Saved data entries:
<<<<

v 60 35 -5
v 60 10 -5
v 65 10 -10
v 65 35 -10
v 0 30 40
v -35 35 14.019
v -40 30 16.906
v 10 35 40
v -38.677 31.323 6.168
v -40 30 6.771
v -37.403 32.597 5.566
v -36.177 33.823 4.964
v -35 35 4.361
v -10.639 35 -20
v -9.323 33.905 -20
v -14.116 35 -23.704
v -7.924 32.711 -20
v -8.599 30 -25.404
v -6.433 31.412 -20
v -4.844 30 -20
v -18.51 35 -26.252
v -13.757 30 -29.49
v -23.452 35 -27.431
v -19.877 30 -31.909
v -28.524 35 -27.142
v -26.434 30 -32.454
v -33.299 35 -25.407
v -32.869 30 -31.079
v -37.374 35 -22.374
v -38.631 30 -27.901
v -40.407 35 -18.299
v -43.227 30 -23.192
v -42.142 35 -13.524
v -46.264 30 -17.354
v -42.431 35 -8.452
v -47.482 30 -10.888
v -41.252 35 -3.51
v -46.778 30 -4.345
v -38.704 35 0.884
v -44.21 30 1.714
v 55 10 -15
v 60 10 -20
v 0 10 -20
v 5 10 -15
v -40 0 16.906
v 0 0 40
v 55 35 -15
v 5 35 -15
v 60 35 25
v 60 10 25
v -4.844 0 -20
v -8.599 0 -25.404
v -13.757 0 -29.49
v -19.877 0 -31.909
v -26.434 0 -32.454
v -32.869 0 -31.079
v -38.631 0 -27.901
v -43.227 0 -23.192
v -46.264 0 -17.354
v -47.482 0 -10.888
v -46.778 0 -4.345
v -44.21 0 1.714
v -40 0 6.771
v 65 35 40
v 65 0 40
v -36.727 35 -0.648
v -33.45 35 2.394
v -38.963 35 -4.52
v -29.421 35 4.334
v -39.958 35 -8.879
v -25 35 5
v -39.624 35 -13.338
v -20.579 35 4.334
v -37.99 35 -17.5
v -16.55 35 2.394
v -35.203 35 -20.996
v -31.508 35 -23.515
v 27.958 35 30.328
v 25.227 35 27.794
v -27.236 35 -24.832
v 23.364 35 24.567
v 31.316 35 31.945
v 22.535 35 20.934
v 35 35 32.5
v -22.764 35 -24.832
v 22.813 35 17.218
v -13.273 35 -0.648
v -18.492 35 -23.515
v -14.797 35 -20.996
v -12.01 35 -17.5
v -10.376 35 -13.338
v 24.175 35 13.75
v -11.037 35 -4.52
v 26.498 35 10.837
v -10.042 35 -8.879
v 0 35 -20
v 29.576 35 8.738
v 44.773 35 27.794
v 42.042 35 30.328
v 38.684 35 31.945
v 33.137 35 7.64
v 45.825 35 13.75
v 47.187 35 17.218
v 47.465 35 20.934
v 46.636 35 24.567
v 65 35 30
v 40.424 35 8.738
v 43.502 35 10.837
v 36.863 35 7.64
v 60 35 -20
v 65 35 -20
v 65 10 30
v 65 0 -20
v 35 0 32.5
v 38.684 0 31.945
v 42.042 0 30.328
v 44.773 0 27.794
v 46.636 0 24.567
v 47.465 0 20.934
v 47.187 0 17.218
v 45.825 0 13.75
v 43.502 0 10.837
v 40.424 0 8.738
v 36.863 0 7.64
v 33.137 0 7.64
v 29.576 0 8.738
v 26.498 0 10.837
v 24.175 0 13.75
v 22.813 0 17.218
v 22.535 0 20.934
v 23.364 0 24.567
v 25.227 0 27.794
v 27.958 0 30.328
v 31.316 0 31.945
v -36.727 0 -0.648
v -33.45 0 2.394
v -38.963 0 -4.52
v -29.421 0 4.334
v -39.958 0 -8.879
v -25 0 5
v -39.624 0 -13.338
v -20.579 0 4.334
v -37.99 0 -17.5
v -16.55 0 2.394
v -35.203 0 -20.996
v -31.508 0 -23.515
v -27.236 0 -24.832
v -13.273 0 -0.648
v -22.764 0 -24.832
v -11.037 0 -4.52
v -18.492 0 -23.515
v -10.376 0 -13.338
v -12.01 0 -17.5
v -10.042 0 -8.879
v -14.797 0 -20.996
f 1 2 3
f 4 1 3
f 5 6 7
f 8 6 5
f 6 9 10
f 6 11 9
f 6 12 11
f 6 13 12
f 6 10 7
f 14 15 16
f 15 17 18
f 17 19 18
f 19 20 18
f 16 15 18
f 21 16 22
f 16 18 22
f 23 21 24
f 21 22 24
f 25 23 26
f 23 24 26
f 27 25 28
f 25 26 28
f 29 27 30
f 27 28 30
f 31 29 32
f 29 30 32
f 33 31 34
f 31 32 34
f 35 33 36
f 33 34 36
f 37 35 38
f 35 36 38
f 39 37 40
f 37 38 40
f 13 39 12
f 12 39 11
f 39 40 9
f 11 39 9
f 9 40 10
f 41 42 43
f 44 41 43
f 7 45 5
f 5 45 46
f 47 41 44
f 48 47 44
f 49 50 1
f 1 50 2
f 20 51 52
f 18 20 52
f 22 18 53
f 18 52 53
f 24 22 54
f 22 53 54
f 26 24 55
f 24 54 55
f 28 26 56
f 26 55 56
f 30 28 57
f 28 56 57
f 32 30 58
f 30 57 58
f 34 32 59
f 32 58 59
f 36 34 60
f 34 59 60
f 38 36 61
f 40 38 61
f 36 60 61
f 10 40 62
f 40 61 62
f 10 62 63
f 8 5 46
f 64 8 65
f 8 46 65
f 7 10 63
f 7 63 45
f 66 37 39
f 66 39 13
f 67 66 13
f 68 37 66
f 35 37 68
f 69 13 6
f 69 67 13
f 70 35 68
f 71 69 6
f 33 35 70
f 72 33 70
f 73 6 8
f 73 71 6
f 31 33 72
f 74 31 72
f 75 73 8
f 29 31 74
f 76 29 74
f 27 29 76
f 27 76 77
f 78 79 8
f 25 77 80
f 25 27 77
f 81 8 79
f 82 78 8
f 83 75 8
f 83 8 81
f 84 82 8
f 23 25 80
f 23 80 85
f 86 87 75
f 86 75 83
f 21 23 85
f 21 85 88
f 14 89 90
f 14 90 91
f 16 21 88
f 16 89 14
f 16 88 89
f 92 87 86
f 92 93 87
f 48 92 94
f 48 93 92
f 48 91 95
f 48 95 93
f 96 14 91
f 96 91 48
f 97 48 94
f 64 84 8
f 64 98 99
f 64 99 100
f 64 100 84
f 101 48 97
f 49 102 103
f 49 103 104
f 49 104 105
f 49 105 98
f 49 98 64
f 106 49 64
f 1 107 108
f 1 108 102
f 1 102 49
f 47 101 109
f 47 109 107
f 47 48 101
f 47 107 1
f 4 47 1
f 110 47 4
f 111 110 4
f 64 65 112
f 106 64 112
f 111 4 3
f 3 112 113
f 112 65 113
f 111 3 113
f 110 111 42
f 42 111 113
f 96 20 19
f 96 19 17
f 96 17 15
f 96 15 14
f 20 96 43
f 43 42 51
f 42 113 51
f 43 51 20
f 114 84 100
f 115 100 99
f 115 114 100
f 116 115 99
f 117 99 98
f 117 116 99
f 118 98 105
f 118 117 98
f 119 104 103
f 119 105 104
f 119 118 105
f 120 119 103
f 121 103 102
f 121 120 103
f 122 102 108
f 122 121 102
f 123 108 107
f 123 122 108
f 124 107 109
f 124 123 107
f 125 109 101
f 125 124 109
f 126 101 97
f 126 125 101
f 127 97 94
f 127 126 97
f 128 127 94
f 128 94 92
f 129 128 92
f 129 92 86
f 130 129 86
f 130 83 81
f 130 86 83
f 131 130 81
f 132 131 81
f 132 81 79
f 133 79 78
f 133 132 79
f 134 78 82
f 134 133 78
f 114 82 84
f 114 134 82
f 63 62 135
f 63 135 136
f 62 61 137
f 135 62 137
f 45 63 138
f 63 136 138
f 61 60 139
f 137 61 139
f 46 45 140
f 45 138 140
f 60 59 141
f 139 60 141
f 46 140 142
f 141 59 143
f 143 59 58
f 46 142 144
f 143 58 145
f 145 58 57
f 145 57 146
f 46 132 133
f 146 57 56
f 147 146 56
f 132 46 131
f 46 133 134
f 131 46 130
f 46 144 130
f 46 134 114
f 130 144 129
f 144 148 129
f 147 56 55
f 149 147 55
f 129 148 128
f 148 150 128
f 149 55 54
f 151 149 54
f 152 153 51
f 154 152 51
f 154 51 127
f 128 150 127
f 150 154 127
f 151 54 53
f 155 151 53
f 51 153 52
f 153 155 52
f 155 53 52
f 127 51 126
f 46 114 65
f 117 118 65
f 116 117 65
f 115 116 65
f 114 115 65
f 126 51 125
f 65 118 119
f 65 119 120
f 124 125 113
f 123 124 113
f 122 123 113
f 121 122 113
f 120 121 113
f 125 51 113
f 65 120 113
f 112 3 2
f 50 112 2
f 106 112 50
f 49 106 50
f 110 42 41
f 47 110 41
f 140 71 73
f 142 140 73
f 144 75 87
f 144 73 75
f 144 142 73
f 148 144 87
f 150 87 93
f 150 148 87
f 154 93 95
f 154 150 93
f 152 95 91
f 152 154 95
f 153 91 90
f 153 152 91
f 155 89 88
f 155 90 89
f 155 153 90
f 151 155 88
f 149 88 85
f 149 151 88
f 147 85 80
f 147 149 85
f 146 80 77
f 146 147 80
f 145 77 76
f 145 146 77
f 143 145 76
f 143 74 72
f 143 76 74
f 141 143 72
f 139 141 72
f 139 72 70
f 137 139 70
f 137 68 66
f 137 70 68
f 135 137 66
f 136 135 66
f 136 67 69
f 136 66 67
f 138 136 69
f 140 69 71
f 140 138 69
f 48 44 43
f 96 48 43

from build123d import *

# Parameters (mm, degrees)
BOSS_EXTRUDE1_DEPTH     = 35
CUT_EXTRUDE3_DEPTH      = 84.964278119
CUT_EXTRUDE3_DEPTH_BACK = 84.964278119
SKETCH2_R               = 12.5
SKETCH2_R_2             = 15
CUT_EXTRUDE4_START      = 10
CUT_EXTRUDE4_DEPTH      = 25
CHAMFER1_SIZE           = 5


with BuildPart() as part:
    # Sketch1 → Boss-Extrude1 (new body)
    with BuildSketch(Plane(origin=(0, 0, 0), x_dir=(1, 0, 0), z_dir=(0, 1, 0))):
        with BuildLine():
            Line((-40, -16.905989232), (0, -40))
            Line((0, -40), (65, -40))
            Line((65, -40), (65, 20))
            Line((65, 20), (-4.844355629, 20))
            ThreePointArc((-4.844355629, 20), (-38.631222116, 27.900831925), (-40, -6.770509831))
            Line((-40, -6.770509831), (-40, -16.905989232))
        make_face()
    extrude(amount=BOSS_EXTRUDE1_DEPTH)

    # Sketch2 → Cut-Extrude3 (cut, two sides: drawn at the far end of the back side and taken through both)
    with BuildSketch(Plane(origin=(0, 0, 0), x_dir=(1, 0, 0), z_dir=(0, 1, 0)).offset(-CUT_EXTRUDE3_DEPTH_BACK)):
        with Locations(Location((35, -20, 0), (0, 0, 270))):
            Circle(SKETCH2_R)
        with Locations(Location((-25, 10, 0), (0, 0, 270))):
            Circle(SKETCH2_R_2)
    extrude(amount=CUT_EXTRUDE3_DEPTH + CUT_EXTRUDE3_DEPTH_BACK, mode=Mode.SUBTRACT)

    # Sketch3 → Cut-Extrude4 (cut)
    with BuildSketch(Plane(origin=(0, 0, 0), x_dir=(1, 0, 0), z_dir=(0, 1, 0)).offset(CUT_EXTRUDE4_START)):
        Polygon((0, 20), (60, 20), (55, 15), (5, 15), align=None)
        Polygon((65, 10), (65, -30), (60, -25), (60, 5), align=None)
    extrude(amount=CUT_EXTRUDE4_DEPTH, mode=Mode.SUBTRACT)

    # Chamfer1
    chamfer1_edges = [part.edges().sort_by_distance(p)[0] for p in [
        (-20, 35, 28.452994616),
        (-40, 35, 11.838249532),
        (-38.631222116, 35, -27.900831925),
    ]]
    chamfer(chamfer1_edges, length=CHAMFER1_SIZE)


solid = part.part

>>>>

Copy the records above exactly, from the first line through the line containing "v -41.252 35 -3.51", and include nothing else.

v 60 35 -5
v 60 10 -5
v 65 10 -10
v 65 35 -10
v 0 30 40
v -35 35 14.019
v -40 30 16.906
v 10 35 40
v -38.677 31.323 6.168
v -40 30 6.771
v -37.403 32.597 5.566
v -36.177 33.823 4.964
v -35 35 4.361
v -10.639 35 -20
v -9.323 33.905 -20
v -14.116 35 -23.704
v -7.924 32.711 -20
v -8.599 30 -25.404
v -6.433 31.412 -20
v -4.844 30 -20
v -18.51 35 -26.252
v -13.757 30 -29.49
v -23.452 35 -27.431
v -19.877 30 -31.909
v -28.524 35 -27.142
v -26.434 30 -32.454
v -33.299 35 -25.407
v -32.869 30 -31.079
v -37.374 35 -22.374
v -38.631 30 -27.901
v -40.407 35 -18.299
v -43.227 30 -23.192
v -42.142 35 -13.524
v -46.264 30 -17.354
v -42.431 35 -8.452
v -47.482 30 -10.888
v -41.252 35 -3.51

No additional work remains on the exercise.